It is recommended for users to run data preparation (instructions are available in the next section) outside the docker if possible. Note that the dataset directory should be an absolute path. Inside the docker, run the following command to install the codebase:

```bash
cd /home/coopdet3d
python setup.py develop
```

Finally, you can create a symbolic link `/home/coopdet3d/data/tumtraf_i` to `/home/data/tumtraf_i` and `/home/coopdet3d/data/tumtraf_v2x_cooperative_perception_dataset` to `/home/data/tumtraf_v2x_cooperative_perception_dataset` in the docker.

### Working without Docker

The code is built with following libraries:

- Python >= 3.8, \<3.9
- OpenMPI = 4.0.4 and mpi4py = 3.0.3 (Needed for torchpack)
- Pillow = 8.4.0 (see [here](https://github.com/mit-han-lab/bevfusion/issues/63))
- [PyTorch](https://github.com/pytorch/pytorch) >= 1.9, \<= 1.10.2
- [tqdm](https://github.com/tqdm/tqdm)
- [torchpack](https://github.com/mit-han-lab/torchpack)
- [mmcv](https://github.com/open-mmlab/mmcv) = 1.4.0
- [mmdetection](http://github.com/open-mmlab/mmdetection) = 2.20.0
- [nuscenes-dev-kit](https://github.com/nutonomy/nuscenes-devkit)
- Latest versions of numba, [torchsparse](https://github.com/mit-han-lab/torchsparse), pypcd, and Open3D

After installing these dependencies, run this command to install the codebase:

```bash
python setup.py develop
```

### Data Preparation

#### TUMTraf Intersection Dataset

Run this script for data preparation:

```bash
python ./tools/create_tumtraf_data.py --root-path /home/coopdet3d/data/tumtraf_i --out-dir /home/coopdet3d/data/tumtraf_i_processed --splits training,validation
```

After data preparation, you will be able to see the following directory structure:

```
coopdet3d
├── mmdet3d
├── tools
├── configs
├── data
│ ├── tumtraf_i
| | ├── train
| | ├── val
| ├── tumtraf_i_processed
│ │ ├── tumtraf_nusc_gt_database
| | ├── train
| | ├── val
│ │ ├── tumtraf_nusc_infos_train.pkl
│ │ ├── tumtraf_nusc_infos_val.pkl
│ │ ├── tumtraf_nusc_dbinfos_train.pkl

```

#### TUMTraf V2X Cooperative Perception Dataset

Run this script for data preparation:

```bash
python ./tools/create_tumtraf_v2x_data.py --root-path /home/coopdet3d/data/tumtraf_v2x_cooperative_perception_dataset --out-dir /home/coopdet3d/data/tumtraf_v2x_cooperative_perception_dataset_processed --splits training,validation
```

After data preparation, you will be able to see the following directory structure:

```
coopdet3d
├── mmdet3d
├── tools
├── configs
├── data
│ ├── tumtraf_v2x_cooperative_perception_dataset
| | ├── train
| | ├── val
| ├── tumtraf_v2x_cooperative_perception_dataset_processed
│ │ ├── tumtraf_v2x_nusc_gt_database
| | ├── train
| | ├── val
│ │ ├── tumtraf_v2x_nusc_infos_train.pkl
│ │ ├── tumtraf_v2x_nusc_infos_val.pkl
│ │ ├── tumtraf_v2x_nusc_dbinfos_train.pkl

```

### Training

**NOTE 1:** If you want to use a YOLOv8 `.pth` file from MMYOLO, please make sure the keys inside fit with this model. Convert that `.pth` checkpoint using this converter: `./tools/convert_yolo_checkpoint.py`.

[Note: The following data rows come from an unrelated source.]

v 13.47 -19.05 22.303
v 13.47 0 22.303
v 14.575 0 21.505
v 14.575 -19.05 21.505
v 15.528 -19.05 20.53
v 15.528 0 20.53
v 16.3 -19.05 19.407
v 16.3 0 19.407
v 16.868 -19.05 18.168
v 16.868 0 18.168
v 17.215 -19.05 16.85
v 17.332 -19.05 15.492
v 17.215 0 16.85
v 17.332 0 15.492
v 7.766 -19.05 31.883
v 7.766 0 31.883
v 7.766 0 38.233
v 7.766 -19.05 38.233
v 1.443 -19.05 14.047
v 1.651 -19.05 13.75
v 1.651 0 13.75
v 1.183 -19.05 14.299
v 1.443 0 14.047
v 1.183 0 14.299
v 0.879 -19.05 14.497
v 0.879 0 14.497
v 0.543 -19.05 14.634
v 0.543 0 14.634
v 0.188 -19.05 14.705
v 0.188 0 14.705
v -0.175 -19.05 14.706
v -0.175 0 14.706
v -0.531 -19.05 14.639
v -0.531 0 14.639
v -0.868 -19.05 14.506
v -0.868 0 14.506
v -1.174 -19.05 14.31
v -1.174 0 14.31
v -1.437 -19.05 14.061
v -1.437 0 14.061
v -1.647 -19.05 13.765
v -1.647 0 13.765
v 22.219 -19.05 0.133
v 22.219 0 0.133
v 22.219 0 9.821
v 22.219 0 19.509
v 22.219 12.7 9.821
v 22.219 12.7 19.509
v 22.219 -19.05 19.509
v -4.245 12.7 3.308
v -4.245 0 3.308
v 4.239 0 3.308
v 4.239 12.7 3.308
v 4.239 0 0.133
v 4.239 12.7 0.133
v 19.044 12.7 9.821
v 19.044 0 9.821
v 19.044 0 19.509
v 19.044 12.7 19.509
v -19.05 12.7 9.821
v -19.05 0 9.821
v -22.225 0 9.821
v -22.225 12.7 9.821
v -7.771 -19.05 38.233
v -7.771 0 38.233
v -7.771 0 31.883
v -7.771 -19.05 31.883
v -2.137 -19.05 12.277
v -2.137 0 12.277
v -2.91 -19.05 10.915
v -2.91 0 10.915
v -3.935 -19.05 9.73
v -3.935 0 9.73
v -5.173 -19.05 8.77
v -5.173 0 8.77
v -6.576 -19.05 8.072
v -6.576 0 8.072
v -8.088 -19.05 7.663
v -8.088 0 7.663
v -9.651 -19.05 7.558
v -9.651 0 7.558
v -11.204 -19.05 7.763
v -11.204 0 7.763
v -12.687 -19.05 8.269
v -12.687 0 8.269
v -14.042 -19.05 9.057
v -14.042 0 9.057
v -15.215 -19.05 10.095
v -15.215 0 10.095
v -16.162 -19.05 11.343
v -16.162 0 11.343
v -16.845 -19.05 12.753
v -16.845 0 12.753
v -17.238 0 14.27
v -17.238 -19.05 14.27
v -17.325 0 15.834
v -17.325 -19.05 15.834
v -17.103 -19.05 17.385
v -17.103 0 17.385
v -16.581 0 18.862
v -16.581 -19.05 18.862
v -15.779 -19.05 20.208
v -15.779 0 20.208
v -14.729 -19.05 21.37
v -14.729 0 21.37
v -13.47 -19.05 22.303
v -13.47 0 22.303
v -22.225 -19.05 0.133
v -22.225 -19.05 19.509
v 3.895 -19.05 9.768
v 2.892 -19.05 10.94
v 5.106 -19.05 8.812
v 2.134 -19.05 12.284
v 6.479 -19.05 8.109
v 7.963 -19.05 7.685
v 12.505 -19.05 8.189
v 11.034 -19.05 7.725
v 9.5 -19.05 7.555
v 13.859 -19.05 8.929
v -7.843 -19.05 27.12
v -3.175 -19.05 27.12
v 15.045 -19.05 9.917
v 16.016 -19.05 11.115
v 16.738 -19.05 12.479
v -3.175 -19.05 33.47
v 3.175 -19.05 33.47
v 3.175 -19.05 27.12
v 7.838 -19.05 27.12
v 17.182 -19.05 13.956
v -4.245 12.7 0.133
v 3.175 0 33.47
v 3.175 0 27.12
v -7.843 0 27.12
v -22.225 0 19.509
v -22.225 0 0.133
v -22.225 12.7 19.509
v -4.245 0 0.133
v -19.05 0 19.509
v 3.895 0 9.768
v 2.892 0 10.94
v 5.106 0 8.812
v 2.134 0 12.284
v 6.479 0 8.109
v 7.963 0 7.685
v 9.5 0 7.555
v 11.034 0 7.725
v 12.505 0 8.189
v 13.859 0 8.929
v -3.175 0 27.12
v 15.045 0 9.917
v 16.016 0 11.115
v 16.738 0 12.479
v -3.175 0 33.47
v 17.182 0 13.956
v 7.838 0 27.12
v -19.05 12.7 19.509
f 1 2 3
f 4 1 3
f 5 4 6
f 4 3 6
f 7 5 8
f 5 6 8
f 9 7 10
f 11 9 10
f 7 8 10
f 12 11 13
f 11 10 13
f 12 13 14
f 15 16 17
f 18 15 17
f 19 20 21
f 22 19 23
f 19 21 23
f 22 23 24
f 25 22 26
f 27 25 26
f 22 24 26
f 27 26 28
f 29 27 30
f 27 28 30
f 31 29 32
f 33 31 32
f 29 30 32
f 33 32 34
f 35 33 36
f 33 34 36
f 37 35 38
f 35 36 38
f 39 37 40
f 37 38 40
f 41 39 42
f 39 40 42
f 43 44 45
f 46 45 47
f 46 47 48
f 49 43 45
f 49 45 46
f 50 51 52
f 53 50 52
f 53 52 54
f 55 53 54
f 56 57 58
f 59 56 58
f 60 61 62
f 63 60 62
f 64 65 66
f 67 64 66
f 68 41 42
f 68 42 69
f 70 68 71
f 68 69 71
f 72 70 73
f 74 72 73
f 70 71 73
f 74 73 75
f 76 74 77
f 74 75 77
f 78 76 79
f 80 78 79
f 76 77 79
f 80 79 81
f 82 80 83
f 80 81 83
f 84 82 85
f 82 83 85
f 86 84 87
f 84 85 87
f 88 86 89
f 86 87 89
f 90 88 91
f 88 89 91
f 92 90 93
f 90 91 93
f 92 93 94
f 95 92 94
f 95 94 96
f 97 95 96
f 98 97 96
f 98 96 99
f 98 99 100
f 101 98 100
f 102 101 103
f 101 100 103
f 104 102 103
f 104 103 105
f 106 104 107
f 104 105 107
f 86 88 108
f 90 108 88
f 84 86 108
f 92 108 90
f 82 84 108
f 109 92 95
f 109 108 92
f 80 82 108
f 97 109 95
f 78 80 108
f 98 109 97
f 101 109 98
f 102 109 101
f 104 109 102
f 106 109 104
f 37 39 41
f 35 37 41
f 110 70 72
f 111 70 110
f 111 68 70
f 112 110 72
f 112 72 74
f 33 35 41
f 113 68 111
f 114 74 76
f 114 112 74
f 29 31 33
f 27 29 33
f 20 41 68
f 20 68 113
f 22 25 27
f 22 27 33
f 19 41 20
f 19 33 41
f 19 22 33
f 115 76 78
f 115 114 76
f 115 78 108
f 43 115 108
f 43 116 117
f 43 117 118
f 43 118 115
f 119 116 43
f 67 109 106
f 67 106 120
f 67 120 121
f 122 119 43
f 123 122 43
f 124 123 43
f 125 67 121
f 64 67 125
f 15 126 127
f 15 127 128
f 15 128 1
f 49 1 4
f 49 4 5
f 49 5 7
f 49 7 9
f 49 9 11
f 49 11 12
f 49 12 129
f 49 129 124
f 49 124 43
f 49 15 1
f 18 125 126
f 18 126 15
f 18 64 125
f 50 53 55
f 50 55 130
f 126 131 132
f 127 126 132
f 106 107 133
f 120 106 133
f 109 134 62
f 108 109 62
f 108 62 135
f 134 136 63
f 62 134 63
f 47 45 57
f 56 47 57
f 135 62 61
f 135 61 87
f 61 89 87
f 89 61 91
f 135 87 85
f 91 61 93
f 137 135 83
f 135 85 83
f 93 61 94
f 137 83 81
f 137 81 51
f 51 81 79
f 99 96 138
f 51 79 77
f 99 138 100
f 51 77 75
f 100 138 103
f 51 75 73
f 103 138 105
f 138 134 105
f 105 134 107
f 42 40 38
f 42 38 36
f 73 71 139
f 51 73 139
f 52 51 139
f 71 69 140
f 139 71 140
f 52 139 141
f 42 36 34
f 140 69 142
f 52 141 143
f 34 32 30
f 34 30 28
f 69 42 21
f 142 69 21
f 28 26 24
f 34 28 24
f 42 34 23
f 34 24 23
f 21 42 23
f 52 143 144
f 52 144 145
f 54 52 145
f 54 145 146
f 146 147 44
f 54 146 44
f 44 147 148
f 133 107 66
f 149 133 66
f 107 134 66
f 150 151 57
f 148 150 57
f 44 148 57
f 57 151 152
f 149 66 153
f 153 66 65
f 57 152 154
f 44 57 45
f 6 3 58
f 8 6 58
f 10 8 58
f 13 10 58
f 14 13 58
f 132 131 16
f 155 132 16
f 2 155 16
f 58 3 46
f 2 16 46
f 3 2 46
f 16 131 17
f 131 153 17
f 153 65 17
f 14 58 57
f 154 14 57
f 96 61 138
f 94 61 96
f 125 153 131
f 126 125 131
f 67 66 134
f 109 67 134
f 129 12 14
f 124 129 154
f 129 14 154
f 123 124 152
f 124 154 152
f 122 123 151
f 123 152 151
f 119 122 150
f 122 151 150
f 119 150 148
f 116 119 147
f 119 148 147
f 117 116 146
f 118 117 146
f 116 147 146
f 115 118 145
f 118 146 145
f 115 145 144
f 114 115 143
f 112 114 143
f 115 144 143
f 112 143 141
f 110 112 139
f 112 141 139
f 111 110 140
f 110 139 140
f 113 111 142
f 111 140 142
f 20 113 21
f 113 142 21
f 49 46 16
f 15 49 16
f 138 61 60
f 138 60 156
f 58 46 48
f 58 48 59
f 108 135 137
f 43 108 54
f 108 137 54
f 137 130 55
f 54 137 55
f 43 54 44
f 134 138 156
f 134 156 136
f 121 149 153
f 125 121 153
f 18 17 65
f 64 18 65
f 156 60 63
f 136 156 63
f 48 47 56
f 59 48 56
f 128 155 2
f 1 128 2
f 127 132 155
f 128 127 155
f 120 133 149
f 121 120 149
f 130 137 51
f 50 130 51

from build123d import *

# Parameters (mm, degrees)
F1_DEPTH = 19.05
F2_W     = 3.175
F2_H     = 9.6882774726
F3_DEPTH = 12.7


# Not quite as in the source:
# - ends of sketch curves that miss each other by under 0.0002 mm in the source are joined


with BuildPart() as f1:
    # F0 (on Front) → F1 (new body)
    with BuildSketch(Plane.XZ):
        Polygon((-7.493, 0.1328983575), (0, 0.1328983575), (7.493, 0.1328983575), (22.2194990303, 0.1328983575), (22.2194990303, 19.5094533027), (7.7658264293, 31.8828983575), (7.7658264293, 38.2328983575), (-7.7713273633, 38.2328983575), (-7.7713273633, 31.8828983575), (-22.2249999642, 19.5094533027), (-22.2249999642, 4.5234533027), (-22.2249999642, 0.1328983575), align=None)
        with BuildLine():
            ThreePointArc((-1.6471995105, 13.7654938087), (-14.0416307026, 9.056743723), (-13.4701421127, 22.3031640975))
            Line((-13.4701421127, 22.3031640975), (-7.8430329322, 27.1203983575))
            Line((-7.8430329322, 27.1203983575), (-3.175, 27.1203983575))
            Line((-3.175, 27.1203983575), (-3.175, 30.2953983575))
            Line((-3.175, 30.2953983575), (-3.175, 33.4703983575))
            Line((-3.175, 33.4703983575), (3.175, 33.4703983575))
            Line((3.175, 33.4703983575), (3.175, 30.2953983575))
            Line((3.175, 30.2953983575), (3.175, 27.1203983575))
            Line((3.175, 27.1203983575), (7.8375319983, 27.1203983575))
            Line((7.8375319983, 27.1203983575), (13.4701421127, 22.3031640975))
            ThreePointArc((13.4701421127, 22.3031640975), (16.2995077669, 19.40684068), (17.3322006389, 15.4917998403))
            ThreePointArc((17.3322006389, 15.4917998403), (10.2711150187, 7.6028326022), (1.6507381924, 13.7496885133))
            ThreePointArc((1.6507381924, 13.7496885133), (0.0063534061, 14.7141035739), (-1.6471995105, 13.7654938087))
        make_face(mode=Mode.SUBTRACT)
    extrude(amount=F1_DEPTH)

    # F2 (on face) → F3 (join)
    with BuildSketch(Plane(origin=(0, 0, 0), x_dir=(-1, 0, 0), z_dir=(0, 1, 0))):
        with Locations((-20.6319990303, 14.6653145664)):
            Rectangle(F2_W, F2_H)
        with Locations((20.6374999642, 14.6653145664)):
            Rectangle(F2_W, F2_H)
        Polygon((-4.239049533, 3.3078983575), (-4.239049533, 0.1328983575), (0.002750467, 0.1328983575), (4.244550467, 0.1328983575), (4.244550467, 3.3078983575), align=None)
    extrude(amount=F3_DEPTH)


solid = f1.part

**Note 2:** The paths to the pre-trained weights for YOLOv8 models are hardcoded in the config file, so change it there accordingly. This also means that when training models that use YOLOv8, the parameters `--model.encoders.camera.backbone.init_cfg.checkpoint`, `--model.vehicle.fusion_model.encoders.camera.backbone.init_cfg.checkpoint`, and `--model.infrastructure.fusion_model.encoders.camera.backbone.init_cfg.checkpoint` are optional.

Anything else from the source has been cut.